Quel cazzo di sorrisetto deve sparire dal suo viso.

Mi avvicino il tanto che basta a trovarmi a un soffio dalle sue labbra.

<<Hai una fervida immaginazione e questa ti porta ad avere convinzioni inesistenti, mio caro Noha.>>

Rapidamente mi alzo, dandogli le spalle, insieme a un'ottima visuale del mio di dietro, per poi iniziare la maratona del soggiorno.

Noha, nel mentre, rimane silenzioso, immerso in chissà quali pensieri. Al mio ennesimo giro della stanza, però, si alza di scatto e mi raggiunge.

<<Adesso basta, bambolina.>> Blocca la mia schiena contro il muro, le mani lungo i fianchi tenute ferme dalle sue.

Avviamo una battaglia di sguardi, alla quale nessuno dei due sembra volersi sottrarre.

<<Perchè non mi fai un piacere e te ne vai a fanculo?>> Il mio corpo che si protende verso il suo, però, suggerisce le mie reali volontà, discostanti da quanto appena pronunciato.

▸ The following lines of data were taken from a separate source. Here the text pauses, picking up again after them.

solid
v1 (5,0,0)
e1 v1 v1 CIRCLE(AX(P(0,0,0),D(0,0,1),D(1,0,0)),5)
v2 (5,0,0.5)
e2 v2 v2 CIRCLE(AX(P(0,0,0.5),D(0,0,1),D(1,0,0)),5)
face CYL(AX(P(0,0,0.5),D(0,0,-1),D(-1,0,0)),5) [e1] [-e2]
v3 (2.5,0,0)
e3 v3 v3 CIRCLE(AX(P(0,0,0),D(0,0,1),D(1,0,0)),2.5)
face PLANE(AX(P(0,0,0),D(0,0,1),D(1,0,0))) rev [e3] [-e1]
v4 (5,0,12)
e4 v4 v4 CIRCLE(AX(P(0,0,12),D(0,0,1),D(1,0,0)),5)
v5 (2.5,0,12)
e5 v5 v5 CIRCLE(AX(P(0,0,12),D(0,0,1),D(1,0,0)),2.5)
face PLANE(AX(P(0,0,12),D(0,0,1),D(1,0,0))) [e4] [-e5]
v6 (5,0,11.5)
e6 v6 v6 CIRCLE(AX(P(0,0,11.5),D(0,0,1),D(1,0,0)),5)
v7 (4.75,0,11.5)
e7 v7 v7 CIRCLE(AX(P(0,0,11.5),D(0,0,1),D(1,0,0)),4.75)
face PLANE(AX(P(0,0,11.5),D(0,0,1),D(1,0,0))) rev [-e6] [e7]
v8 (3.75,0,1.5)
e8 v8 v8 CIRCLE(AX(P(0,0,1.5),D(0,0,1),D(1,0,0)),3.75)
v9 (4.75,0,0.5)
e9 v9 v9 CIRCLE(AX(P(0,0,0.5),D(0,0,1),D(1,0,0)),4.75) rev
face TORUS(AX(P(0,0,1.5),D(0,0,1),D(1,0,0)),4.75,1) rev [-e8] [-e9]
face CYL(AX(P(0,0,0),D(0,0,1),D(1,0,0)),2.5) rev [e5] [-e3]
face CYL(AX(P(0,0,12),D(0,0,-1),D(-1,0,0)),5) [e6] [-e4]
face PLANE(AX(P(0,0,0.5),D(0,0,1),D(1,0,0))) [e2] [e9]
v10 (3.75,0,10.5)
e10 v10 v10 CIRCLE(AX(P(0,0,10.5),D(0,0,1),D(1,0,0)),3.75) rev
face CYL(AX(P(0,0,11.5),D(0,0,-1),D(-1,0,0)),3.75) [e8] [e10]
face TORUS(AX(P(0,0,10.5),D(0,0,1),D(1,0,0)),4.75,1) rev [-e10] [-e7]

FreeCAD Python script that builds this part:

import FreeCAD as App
import Part
import Sketcher


def edges_at(feature, points):
    """Names of the edges that pass closest to the given points."""
    edges = feature.Shape.Edges
    near = lambda p: min(range(len(edges)), key=lambda i: edges[i].distToShape(Part.Vertex(*p))[0])
    return sorted({f"Edge{near(p) + 1}" for p in points})

doc = App.newDocument("Part")
body = doc.addObject("PartDesign::Body", "Body")

sketch1 = body.newObject("Sketcher::SketchObject", "Sketch")
sketch1.AttachmentSupport = (doc.getObject("XY_Plane"), [""])
sketch1.MapMode = "FlatFace"
sketch1.addGeometry(Part.Circle(App.Vector(0, 0, 0), App.Vector(0, 0, 1), 5), False)
sketch1.addConstraint([
    Sketcher.Constraint("Coincident", 0, 3, -1, 1),
    Sketcher.Constraint("Diameter", 0, 10.0),
])
pad1 = body.newObject("PartDesign::Pad", "Pad")
pad1.Profile = sketch1
pad1.Length = 0.5

sketch2 = body.newObject("Sketcher::SketchObject", "Sketch001")
sketch2.AttachmentSupport = (doc.getObject("XY_Plane"), [""])
sketch2.MapMode = "FlatFace"
sketch2.AttachmentOffset = App.Placement(App.Vector(0, 0, 0.5), App.Rotation())
sketch2.addGeometry(Part.Circle(App.Vector(0, 0, 0), App.Vector(0, 0, 1), 3.75), False)
sketch2.addConstraint([
    Sketcher.Constraint("Coincident", 0, 3, -1, 1),
    Sketcher.Constraint("Diameter", 0, 7.5),
])
pad2 = body.newObject("PartDesign::Pad", "Pad001")
pad2.Profile = sketch2
pad2.Length = 11

sketch3 = body.newObject("Sketcher::SketchObject", "Sketch002")
sketch3.AttachmentSupport = (doc.getObject("XY_Plane"), [""])
sketch3.MapMode = "FlatFace"
sketch3.AttachmentOffset = App.Placement(App.Vector(0, 0, 11.5), App.Rotation())
sketch3.addGeometry(Part.Circle(App.Vector(0, 0, 0), App.Vector(0, 0, 1), 5), False)
sketch3.addConstraint([
    Sketcher.Constraint("Coincident", 0, 3, -1, 1),
    Sketcher.Constraint("Diameter", 0, 10.0),
])
pad3 = body.newObject("PartDesign::Pad", "Pad002")
pad3.Profile = sketch3
pad3.Length = 0.5

sketch4 = body.newObject("Sketcher::SketchObject", "Sketch003")
sketch4.AttachmentSupport = (doc.getObject("XY_Plane"), [""])
sketch4.MapMode = "FlatFace"
sketch4.AttachmentOffset = App.Placement(App.Vector(0, 0, 12), App.Rotation())
sketch4.addGeometry(Part.Circle(App.Vector(0, 0, 0), App.Vector(0, 0, 1), 2.5), False)
sketch4.addConstraint([
    Sketcher.Constraint("Coincident", 0, 3, -1, 1),
    Sketcher.Constraint("Diameter", 0, 5.0),
])
pocket1 = body.newObject("PartDesign::Pocket", "Pocket")
pocket1.Profile = sketch4
pocket1.Type = "ThroughAll"
doc.recompute()

fillet = body.newObject("PartDesign::Fillet", "Fillet")
fillet.Base = (pocket1, edges_at(pocket1, [(-3.75, 0, 0.5), (-3.75, 0, 11.5)]))
fillet.Radius = 1

doc.recompute()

Sogghigna. Si diverte quando lo provoco. E si diverte ancor di più quando di rimando è lui a provocare me. <<Oggi non mi sento in vena di fare piaceri a nessuno, ancor di meno alle bamboline come te.>>

Le mie sopracciglia si incurvano all'insù, infastidita. <<Gradirei non essere paragonata a delle ochette del cazzo, quindi abolisci quel soprannome di merda dal tuo vocabolario quanto ti rivolgi alla sottoscritta.>> Non c'è traccia di giocosità nelle mie parole.

<<Gelosa, bambolina?>> Marca appositamente sull'appellativo, con il solo fine di farmi incazzare ancora di più, consapevole di star riuscendo nell'intento. Mi conosce troppo bene.

<<Fottiti>>

<<Semmai fotto te>> Mi zittisce così, con tre semplici parole, che, nonostante il mio smisurato orgoglio tenti di nasconderlo, mi fanno un certo effetto.

<<Sogna, finché puoi>> Il mio sussurro si disperde nel poco spazio che ci separa, seguito dal mio fulmineo staccarmi dalla sua presa.

Mi avvicino al frigorifero per prendere un po' d'acqua fresca.